Севастополь. Приморский бульвар (https://infourok.ru/klassnyj-chas-nasha-pobeda-gorod-geroj-sevastopol-4326222.html)
Севастополь. Приморский бульвар (https://infourok.ru/klassnyj-chas-nasha-pobeda-gorod-geroj-sevastopol-4326222.html)

Увлекательное чтение, но предполагаемая аудитория не слишком велика. Тех, кто не бывал в Севастополе и предпочитает проводить отпуск за пределами отчизны, эта повесть вряд ли заинтересует. Хотя ряды последних, ныне, по объективным причинам, могут сильно поредеть. У остальных же появляется шанс посетить Севастополь, а любовь к нему придет сама собой. Вернее, город сам об этом позаботится.

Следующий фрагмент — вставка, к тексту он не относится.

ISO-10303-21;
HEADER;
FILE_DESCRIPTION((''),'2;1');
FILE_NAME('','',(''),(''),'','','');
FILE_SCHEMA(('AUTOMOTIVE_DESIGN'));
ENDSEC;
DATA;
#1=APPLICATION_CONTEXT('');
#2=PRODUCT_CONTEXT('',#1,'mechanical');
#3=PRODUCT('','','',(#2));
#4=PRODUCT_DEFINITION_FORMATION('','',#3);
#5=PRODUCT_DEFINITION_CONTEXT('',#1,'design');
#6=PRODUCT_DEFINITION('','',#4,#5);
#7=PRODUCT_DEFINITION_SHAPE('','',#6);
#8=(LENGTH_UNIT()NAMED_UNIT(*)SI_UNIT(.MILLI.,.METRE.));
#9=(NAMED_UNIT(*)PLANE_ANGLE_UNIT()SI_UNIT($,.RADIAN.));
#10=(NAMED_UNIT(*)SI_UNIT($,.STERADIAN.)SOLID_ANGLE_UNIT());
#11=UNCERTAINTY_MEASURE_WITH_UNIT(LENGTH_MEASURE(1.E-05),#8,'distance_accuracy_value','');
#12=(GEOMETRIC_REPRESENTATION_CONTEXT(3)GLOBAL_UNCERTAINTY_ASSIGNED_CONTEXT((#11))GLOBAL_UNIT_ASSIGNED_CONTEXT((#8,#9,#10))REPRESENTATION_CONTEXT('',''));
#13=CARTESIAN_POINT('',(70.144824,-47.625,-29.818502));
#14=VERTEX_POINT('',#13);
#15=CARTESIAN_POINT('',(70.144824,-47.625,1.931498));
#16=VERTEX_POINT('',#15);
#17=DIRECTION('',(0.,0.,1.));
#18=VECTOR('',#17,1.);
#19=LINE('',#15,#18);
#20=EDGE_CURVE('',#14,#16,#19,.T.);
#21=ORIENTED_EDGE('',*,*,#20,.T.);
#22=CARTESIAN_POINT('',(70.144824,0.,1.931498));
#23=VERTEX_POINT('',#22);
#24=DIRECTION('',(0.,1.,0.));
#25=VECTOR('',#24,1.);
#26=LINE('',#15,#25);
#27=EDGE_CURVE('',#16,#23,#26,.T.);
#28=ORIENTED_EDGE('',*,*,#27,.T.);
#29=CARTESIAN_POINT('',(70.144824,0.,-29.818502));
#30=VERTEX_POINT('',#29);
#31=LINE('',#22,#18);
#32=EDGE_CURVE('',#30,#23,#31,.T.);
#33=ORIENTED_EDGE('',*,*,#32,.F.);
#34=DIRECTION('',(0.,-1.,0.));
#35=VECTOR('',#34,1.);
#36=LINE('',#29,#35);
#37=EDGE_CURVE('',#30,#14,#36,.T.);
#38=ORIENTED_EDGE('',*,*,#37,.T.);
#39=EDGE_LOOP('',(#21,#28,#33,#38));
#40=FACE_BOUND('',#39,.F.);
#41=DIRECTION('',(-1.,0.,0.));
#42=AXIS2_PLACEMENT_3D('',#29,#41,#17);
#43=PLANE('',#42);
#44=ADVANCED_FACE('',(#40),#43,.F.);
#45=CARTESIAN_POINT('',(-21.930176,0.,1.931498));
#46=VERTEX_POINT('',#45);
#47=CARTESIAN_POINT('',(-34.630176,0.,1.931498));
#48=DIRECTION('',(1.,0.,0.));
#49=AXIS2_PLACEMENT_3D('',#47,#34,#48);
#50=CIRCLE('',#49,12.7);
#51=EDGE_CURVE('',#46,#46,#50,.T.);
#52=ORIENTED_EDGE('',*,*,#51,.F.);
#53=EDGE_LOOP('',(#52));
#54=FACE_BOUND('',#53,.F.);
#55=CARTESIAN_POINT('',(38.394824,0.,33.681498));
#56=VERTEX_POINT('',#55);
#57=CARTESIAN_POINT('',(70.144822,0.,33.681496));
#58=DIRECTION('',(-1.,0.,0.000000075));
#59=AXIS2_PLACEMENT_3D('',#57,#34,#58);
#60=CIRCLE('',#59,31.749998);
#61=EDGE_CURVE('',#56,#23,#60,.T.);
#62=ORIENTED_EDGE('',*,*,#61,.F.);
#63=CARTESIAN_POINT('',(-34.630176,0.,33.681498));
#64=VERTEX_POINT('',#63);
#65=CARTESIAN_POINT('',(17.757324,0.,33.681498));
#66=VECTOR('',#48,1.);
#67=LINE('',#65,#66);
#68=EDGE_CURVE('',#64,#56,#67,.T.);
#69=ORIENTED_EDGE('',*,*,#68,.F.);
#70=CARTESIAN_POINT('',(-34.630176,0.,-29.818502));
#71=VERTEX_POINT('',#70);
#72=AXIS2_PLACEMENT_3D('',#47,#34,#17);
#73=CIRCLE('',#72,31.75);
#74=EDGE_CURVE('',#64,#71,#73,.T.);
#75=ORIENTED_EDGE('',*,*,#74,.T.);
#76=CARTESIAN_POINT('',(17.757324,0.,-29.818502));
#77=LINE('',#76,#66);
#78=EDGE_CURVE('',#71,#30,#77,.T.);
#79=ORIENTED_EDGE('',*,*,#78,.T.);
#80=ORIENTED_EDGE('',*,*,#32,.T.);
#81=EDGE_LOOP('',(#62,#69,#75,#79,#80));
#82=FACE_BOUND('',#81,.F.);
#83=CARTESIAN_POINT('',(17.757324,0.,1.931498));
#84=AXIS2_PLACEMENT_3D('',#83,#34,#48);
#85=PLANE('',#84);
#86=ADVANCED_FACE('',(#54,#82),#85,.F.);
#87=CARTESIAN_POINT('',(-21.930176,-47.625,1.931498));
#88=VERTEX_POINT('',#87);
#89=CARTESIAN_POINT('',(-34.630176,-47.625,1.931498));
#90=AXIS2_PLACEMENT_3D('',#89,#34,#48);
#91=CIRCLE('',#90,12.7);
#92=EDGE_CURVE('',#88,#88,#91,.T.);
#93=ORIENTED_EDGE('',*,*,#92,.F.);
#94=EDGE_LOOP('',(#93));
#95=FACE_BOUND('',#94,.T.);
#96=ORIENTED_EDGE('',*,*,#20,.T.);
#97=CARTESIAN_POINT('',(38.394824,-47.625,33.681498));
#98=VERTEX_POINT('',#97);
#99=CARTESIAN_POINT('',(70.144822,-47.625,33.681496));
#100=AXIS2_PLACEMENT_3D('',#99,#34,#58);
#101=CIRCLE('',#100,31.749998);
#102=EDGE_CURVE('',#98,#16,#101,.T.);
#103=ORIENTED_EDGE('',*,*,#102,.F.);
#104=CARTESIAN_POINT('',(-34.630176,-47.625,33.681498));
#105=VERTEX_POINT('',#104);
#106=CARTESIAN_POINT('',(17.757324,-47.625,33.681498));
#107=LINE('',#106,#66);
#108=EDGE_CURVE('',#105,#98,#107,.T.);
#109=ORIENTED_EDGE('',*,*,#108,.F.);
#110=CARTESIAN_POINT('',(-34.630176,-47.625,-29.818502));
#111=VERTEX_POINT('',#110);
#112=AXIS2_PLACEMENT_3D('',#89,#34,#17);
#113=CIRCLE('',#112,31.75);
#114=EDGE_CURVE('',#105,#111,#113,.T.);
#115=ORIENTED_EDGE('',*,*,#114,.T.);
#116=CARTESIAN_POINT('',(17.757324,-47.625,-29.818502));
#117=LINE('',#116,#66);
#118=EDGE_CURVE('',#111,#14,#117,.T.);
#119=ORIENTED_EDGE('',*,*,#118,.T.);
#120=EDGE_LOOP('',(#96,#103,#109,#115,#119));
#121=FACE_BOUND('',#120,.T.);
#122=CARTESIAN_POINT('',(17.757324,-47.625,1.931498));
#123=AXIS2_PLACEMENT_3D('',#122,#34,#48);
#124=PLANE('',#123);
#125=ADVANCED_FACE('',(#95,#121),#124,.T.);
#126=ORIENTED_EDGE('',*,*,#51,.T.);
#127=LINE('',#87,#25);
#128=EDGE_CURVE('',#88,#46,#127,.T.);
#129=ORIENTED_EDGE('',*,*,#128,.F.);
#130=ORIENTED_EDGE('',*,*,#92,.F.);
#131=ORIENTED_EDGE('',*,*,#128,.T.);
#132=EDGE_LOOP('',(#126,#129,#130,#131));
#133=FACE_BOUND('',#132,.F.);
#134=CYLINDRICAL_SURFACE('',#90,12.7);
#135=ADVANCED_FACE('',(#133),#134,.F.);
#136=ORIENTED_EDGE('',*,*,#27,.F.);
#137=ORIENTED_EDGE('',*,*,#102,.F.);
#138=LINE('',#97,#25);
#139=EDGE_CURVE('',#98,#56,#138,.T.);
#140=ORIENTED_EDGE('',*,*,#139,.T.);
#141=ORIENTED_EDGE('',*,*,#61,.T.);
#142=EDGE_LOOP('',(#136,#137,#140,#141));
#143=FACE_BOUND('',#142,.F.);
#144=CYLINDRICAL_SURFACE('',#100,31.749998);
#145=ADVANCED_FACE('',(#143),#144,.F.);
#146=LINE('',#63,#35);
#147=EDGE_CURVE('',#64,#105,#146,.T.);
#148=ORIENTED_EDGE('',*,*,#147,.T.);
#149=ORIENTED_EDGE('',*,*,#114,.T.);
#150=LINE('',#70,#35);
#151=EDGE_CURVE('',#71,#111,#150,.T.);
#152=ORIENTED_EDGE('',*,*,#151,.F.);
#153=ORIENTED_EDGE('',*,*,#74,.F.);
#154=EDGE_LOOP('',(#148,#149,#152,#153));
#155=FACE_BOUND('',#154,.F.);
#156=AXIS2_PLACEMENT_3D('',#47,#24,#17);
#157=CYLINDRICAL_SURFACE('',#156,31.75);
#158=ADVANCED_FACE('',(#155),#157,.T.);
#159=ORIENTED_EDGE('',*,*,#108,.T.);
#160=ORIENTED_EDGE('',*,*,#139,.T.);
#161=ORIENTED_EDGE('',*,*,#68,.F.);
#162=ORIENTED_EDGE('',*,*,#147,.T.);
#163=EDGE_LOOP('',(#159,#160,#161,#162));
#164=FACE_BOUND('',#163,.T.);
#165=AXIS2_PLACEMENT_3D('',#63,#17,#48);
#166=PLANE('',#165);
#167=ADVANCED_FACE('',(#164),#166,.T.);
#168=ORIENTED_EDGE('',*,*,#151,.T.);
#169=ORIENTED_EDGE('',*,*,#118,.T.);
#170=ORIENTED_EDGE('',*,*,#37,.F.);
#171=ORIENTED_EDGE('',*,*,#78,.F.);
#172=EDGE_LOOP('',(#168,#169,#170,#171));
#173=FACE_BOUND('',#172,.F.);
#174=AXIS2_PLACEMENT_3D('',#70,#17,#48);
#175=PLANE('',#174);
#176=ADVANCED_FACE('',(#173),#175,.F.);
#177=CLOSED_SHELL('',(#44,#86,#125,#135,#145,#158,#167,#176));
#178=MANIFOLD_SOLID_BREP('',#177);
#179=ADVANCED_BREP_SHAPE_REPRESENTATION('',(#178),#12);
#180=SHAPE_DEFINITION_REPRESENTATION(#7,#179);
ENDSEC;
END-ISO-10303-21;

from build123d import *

# Parameters (mm, degrees)
F0_W     = 104.775
F0_H     = 63.5
F1_DEPTH = 47.625
F2_R     = 12.7
F3_DEPTH = 47.625
F5_DEPTH = 47.625


with BuildPart() as f1:
    # F0 (on Front) → F1 (new body)
    with BuildSketch(Plane.XZ):
        with Locations((17.757324, 1.931498)):
            Rectangle(F0_W, F0_H)
        with BuildLine():
            Line((-34.630176, -29.818502), (-34.630176, 33.681498))
            ThreePointArc((-34.630176, 33.681498), (-66.380176, 1.931498), (-34.630176, -29.818502))
        make_face()
    extrude(amount=F1_DEPTH)

    # F2 (on face) → F3 (cut)
    with BuildSketch(Plane.XZ.offset(47.625)):
        with Locations((-34.630176, 1.931498)):
            Circle(F2_R)
    extrude(amount=-F3_DEPTH, mode=Mode.SUBTRACT)

    # F4 (on face) → F5 (cut)
    with BuildSketch(Plane.XZ.offset(47.625)):
        with BuildLine():
            Line((70.144824, 33.681498), (38.394824, 33.681498))
            ThreePointArc((38.394824, 33.681498), (47.694183, 11.230857), (70.144824, 1.931498))
            Line((70.144824, 1.931498), (70.144824, 33.681498))
        make_face()
    extrude(amount=-F5_DEPTH, mode=Mode.SUBTRACT)


solid = f1.part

Жанр определить не берусь. Нечто вроде дневника или заметок о жизни в Крыму и в других местах черноморского побережья от автора, в которые вклиниваются довольно неожиданно целые куски из жизни других людей; события из прошедшей недавно Гражданской войны или из еще более давних времен, например, революции 1905-го года, а также тревожащие душу лирические отступления в основном пейзажно-ландшафтного содержания, столь характерные для творческого стиля автора.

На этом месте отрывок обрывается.